Cuando la voz de Enone se quebró y el peso de los daños desapareció por completo de sus extremidades, se adentró en el bosque. Inhaló el aroma del pino, del ciprés, de la artemisia, del romero, del laurel, de la caléndula, de la madreselva, de la sábila, del moli, de los animales terrestres, de las aves del cielo, incluso del vapor de los riachuelos y manantiales, lo condensó en sus pulmones y expandió toda la naturaleza en sus entrañas. Entendió que el rencor que había acumulado durante aquellos diez años ya no estaba, se había extinguido igual que se extingue el fuego de un incendio acorralado por el agua. Hurgó en sus cicatrices y se dio cuenta de que solo existía amor, de que solo existía misericordia, de que, sí, los oráculos están para cumplirlos, de que ella tenía su misión de vida cosida a su existencia. Exhaló y comenzó a recoger las plantas con las que podría confeccionar una pócima para salvar a Paris de la flecha emponzoñada de Filoctetes.
El mensajero hacía apenas una hora que partió.
Llegó a casa, tomó el mortero.

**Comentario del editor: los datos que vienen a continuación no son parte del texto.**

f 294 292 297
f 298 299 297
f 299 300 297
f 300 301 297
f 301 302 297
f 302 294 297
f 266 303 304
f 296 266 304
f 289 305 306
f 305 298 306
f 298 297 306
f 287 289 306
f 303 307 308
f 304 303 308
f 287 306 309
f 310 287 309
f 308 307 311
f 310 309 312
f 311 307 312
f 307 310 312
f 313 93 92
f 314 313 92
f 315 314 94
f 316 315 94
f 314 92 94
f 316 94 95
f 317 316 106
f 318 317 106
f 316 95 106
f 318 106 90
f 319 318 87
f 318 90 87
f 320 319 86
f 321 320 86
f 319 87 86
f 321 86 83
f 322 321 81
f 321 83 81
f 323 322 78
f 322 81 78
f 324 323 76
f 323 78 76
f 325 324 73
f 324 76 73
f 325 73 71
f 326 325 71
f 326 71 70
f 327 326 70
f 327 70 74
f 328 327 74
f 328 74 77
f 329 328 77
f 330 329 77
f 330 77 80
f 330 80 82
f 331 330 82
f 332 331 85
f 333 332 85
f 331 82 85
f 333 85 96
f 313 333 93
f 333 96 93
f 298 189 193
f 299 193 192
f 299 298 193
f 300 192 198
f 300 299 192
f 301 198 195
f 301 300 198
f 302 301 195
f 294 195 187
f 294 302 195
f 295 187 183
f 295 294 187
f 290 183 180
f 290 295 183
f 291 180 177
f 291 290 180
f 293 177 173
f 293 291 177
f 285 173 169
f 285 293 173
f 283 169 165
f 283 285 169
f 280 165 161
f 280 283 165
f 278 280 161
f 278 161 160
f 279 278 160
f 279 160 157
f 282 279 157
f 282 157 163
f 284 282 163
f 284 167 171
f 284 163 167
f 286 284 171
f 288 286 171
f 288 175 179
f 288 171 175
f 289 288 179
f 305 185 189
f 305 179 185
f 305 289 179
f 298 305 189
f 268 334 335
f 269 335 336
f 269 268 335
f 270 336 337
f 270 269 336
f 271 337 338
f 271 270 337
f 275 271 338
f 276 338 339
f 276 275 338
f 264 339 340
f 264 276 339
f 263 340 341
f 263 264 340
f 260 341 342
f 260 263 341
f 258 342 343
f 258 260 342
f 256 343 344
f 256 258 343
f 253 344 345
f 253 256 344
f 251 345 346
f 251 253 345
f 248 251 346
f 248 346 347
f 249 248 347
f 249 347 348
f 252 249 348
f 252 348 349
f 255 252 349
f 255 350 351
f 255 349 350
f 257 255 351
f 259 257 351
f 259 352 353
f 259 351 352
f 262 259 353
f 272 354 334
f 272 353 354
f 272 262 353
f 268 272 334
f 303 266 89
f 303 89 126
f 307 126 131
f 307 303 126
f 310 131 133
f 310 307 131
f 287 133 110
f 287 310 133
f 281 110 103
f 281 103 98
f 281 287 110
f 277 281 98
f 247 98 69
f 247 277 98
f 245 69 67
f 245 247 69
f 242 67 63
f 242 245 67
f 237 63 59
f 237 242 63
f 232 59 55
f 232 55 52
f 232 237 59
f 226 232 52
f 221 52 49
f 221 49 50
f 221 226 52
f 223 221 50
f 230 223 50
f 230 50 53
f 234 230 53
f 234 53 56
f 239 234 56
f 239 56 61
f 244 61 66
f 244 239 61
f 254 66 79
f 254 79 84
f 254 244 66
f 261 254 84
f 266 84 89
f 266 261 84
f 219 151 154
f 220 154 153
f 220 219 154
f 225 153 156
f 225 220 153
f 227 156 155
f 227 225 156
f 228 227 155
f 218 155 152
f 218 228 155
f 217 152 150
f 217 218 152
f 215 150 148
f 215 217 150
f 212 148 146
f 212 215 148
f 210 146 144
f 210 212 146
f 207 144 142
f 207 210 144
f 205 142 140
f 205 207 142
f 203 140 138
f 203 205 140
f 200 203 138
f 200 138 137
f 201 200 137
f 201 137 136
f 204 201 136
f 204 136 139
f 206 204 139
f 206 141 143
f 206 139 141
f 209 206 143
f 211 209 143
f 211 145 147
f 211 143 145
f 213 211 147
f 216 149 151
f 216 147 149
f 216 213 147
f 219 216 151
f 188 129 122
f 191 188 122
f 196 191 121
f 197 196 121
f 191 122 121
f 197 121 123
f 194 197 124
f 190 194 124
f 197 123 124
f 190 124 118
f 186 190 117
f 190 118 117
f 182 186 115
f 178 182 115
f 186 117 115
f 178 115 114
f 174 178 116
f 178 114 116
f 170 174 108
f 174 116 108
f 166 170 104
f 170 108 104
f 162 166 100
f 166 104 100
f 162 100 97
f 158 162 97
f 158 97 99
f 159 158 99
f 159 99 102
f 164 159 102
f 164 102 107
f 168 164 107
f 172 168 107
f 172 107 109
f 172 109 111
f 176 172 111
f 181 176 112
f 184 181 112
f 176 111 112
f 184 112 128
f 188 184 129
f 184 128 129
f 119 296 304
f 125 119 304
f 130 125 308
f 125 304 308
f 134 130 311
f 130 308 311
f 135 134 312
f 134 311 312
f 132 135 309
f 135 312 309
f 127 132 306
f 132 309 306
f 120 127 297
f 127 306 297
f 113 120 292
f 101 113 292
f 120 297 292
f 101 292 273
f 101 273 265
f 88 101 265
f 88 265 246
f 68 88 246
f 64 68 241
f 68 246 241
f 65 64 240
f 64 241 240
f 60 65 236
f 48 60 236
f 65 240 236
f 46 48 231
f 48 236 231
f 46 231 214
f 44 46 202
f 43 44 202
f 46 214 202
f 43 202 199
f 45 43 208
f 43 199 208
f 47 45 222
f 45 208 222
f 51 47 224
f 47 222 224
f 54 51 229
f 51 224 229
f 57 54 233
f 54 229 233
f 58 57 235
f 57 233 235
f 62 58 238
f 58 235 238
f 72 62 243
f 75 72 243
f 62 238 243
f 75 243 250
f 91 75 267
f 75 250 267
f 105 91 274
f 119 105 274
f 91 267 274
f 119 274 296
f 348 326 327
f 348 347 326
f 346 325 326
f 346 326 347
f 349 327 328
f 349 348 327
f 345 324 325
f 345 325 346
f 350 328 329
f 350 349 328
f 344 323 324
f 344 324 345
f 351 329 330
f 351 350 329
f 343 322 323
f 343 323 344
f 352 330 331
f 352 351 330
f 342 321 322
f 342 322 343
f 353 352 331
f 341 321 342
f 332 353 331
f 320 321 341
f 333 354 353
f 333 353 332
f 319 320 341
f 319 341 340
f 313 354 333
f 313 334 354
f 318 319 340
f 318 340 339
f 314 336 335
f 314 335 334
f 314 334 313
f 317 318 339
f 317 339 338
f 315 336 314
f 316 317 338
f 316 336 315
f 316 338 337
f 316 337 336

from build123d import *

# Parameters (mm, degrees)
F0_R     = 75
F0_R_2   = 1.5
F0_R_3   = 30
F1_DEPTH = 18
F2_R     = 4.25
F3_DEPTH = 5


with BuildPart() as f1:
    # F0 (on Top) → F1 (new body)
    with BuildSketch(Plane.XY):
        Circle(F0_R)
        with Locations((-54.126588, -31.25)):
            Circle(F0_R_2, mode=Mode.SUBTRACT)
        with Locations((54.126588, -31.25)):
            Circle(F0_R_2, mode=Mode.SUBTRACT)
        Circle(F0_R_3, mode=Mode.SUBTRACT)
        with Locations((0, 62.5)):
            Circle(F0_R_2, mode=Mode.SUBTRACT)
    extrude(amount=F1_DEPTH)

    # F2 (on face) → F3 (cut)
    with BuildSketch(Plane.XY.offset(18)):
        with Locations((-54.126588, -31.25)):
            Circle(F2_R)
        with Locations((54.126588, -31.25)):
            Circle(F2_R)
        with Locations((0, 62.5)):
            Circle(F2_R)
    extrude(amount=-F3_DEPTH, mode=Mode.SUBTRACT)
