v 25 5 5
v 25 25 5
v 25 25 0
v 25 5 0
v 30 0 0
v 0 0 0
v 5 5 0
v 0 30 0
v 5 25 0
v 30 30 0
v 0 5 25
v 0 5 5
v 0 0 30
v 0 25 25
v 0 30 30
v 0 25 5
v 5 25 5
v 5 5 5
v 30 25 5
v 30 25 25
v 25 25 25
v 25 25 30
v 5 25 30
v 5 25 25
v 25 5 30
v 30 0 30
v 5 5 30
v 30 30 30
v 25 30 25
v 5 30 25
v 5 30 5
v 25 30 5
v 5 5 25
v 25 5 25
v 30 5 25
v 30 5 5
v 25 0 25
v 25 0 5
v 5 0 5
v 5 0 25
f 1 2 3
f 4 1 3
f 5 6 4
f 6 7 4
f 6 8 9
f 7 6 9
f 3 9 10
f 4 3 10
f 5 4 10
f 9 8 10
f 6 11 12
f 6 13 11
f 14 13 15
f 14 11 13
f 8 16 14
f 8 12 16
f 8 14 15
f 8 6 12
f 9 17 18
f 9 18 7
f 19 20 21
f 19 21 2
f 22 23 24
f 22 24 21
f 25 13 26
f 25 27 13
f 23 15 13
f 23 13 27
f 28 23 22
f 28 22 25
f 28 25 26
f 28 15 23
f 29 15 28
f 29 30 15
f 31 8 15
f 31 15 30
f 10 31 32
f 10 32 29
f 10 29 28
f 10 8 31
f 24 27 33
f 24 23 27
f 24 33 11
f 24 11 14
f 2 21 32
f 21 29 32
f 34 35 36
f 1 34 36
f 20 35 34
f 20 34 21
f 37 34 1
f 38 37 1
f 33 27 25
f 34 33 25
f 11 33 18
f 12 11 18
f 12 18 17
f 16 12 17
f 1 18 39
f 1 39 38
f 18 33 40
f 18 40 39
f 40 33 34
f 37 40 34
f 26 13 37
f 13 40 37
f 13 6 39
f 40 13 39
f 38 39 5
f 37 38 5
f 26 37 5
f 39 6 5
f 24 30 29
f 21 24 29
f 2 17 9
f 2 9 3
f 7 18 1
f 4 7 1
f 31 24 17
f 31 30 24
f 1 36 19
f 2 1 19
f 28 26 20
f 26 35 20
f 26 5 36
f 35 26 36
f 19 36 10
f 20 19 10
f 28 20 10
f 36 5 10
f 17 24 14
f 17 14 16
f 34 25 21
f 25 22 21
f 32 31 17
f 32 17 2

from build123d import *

# Parameters (mm, degrees)
ESQUISSE1_W             = 30
ESQUISSE1_H             = 30
BOSS_EXTRU_1_DEPTH      = 30
ESQUISSE2_W             = 20
ESQUISSE2_H             = 20
ENL_V_MAT_EXTRU_1_DEPTH = 31
ESQUISSE3_W             = 20
ESQUISSE3_H             = 20
ENL_V_MAT_EXTRU_2_DEPTH = 31
ESQUISSE4_W             = 20
ESQUISSE4_H             = 20
ENL_V_MAT_EXTRU_3_DEPTH = 31


with BuildPart() as part:
    # Esquisse1 → Boss.-Extru.1 (new body)
    with BuildSketch(Plane.XY):
        with Locations((15, 15)):
            Rectangle(ESQUISSE1_W, ESQUISSE1_H)
    extrude(amount=BOSS_EXTRU_1_DEPTH)

    # Esquisse2 → Enlèv. mat.-Extru.1 (cut, through all)
    with BuildSketch(Plane(origin=(0, 30, 0), x_dir=(1, 0, 0), z_dir=(0, 1, 0))):
        with Locations((15, -15)):
            Rectangle(ESQUISSE2_W, ESQUISSE2_H)
    extrude(amount=-ENL_V_MAT_EXTRU_1_DEPTH, mode=Mode.SUBTRACT)

    # Esquisse3 → Enlèv. mat.-Extru.2 (cut, through all)
    with BuildSketch(Plane.XY.offset(30)):
        with Locations((15, 15)):
            Rectangle(ESQUISSE3_W, ESQUISSE3_H)
    extrude(amount=-ENL_V_MAT_EXTRU_2_DEPTH, mode=Mode.SUBTRACT)

    # Esquisse4 → Enlèv. mat.-Extru.3 (cut, through all)
    with BuildSketch(Plane(origin=(30, 0, 0), x_dir=(0, 0, -1), z_dir=(1, 0, 0))):
        with Locations((-15, 15)):
            Rectangle(ESQUISSE4_W, ESQUISSE4_H)
    extrude(amount=-ENL_V_MAT_EXTRU_3_DEPTH, mode=Mode.SUBTRACT)


solid = part.part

Sábila, romero, en una balanza tres partes de sangre de rana, en el caldero ya hierve el cráneo de un recién nacido, un poco más allá una tablilla, algunas palabras mágicas, aquellas letras que llaman efesias y que nadie conoce su significado. Un poco de moli machacado y tostado a fuego fuerte. Coge el cuchillo de sacrificio, se pincha el dedo, unas gotas de su inmortalidad caen sobre la mezcla, ahora endulza con leche y miel. Tamiza el sabor con vino aguado. Toma el manto y un caballo. Sale a toda prisa.

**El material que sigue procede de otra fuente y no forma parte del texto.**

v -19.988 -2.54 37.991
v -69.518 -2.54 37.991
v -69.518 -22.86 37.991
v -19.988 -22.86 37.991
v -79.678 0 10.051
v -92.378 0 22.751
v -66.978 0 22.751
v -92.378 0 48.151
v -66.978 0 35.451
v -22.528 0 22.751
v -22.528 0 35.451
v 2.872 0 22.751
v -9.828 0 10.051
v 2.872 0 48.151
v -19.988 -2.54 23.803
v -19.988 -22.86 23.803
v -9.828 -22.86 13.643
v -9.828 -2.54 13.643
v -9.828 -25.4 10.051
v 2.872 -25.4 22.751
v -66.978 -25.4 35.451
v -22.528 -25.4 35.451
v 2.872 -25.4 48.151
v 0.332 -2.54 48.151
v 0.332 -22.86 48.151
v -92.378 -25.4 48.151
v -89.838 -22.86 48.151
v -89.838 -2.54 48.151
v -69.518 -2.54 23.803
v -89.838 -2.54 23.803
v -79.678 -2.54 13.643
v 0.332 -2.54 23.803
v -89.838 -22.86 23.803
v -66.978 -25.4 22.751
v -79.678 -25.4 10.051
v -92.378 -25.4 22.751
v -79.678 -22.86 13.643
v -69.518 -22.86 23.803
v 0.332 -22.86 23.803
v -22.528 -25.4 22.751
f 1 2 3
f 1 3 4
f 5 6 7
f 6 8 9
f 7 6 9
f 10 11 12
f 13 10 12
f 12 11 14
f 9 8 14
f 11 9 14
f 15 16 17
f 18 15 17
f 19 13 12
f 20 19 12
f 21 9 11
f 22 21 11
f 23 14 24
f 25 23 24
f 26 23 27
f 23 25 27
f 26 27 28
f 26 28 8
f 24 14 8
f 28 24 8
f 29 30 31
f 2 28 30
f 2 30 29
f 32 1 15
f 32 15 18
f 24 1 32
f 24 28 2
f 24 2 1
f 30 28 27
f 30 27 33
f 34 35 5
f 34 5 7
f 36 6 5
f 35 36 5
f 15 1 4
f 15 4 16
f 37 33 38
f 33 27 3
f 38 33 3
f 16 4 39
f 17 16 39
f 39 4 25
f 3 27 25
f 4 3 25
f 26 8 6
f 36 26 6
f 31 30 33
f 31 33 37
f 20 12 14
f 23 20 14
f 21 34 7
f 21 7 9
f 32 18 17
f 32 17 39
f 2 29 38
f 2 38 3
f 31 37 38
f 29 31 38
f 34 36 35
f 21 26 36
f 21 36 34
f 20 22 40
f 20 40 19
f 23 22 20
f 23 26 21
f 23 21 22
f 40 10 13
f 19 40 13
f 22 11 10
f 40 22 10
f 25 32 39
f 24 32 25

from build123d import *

# Parameters (mm, degrees)
F1_DEPTH = 25.4
F2_T     = -2.54


with BuildPart() as f1:
    # F0 (on Front) → F1 (new body)
    with BuildSketch(Plane.XZ):
        Polygon((2.8720393181, 48.1509345859), (-44.7529606819, 48.1509345859), (-44.7529606819, 35.4509345859), (-22.5279606819, 35.4509345859), (-22.5279606819, 22.7509345859), (-9.8279606819, 10.0509345859), (2.8720393181, 22.7509345859), align=None)
        Polygon((-44.7529606819, 35.4509345859), (-44.7529606819, 48.1509345859), (-92.3779606819, 48.1509345859), (-92.3779606819, 22.7509345859), (-79.6779606819, 10.0509345859), (-66.9779606819, 22.7509345859), (-66.9779606819, 35.4509345859), align=None)
    extrude(amount=F1_DEPTH)

    # F2
    f2_openings = [f1.faces().sort_by_distance(p)[0] for p in [
        (-44.752961, -12.7, 48.150935),
    ]]
    offset(amount=F2_T, openings=f2_openings, kind=Kind.INTERSECTION)


solid = f1.part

Paris hacía apenas una hora y media que había mandado un mensajero en busca de Enone. Sabía, desde la decisión que le cambió la vida, aquella que dio como resultado una guerra, la destrucción de su pueblo y la desgracia para su familia, que su suerte dependía del amor que quedara albergado en las entrañas de Enone. Confiaba con las fuerzas del que se agarra a la raíces de la vida. El veneno comenzaba a extender sus ramas y a crear sus propias conexiones en el cuerpo de Paris. Hacía apenas hora y media que había partido un mensajero en busca de Enone. Y las manos del desesperado comenzaban a soltar las raíces de la vida. Confiaba aún en que Amor y Compasión llamarían a las puertas de la que una vez fue su amada. Hacía casi dos horas que un mensajero había abandonado Palacio, cuando ya no hubo nada que hacer. El veneno había conquistado territorios, anexionado órganos, destruido materia y había plantado su bandera en el corazón de Paris. Habían pasado un poco más de dos horas, cuando un manto ondeando a lomos de un caballo escuálido llegaba. Enone descabalgó para ver a Paris blanquecino, con la nariz puntiaguda, los ojos casi fuera de sus órbitas y su rostro doloroso. Se arrodilló y con su mano izquierda, como tantas veces había hecho antes, corrió los párpados violáceos del que aún amaba. En ese momento se dio cuenta del dolor, la muerte del rencor, había resucitado el amor. Paris había muerto y con la varita de sus elecciones había tocado a muerte a todos cuantos le rodeaban. Ella había fracasado, ya no sería el antídoto de su muerte, y pensó que no quería ser vestigio vivo de aquella historia. Y en aquel momento prefirió la eternidad a la vida. Sin pensarlo, se lanzó a la pira, que ya ardía, esperando recubrir con la inmortalidad que solo la historia concede el cuerpo exánime del causante de la destrucción de Troya: Paris.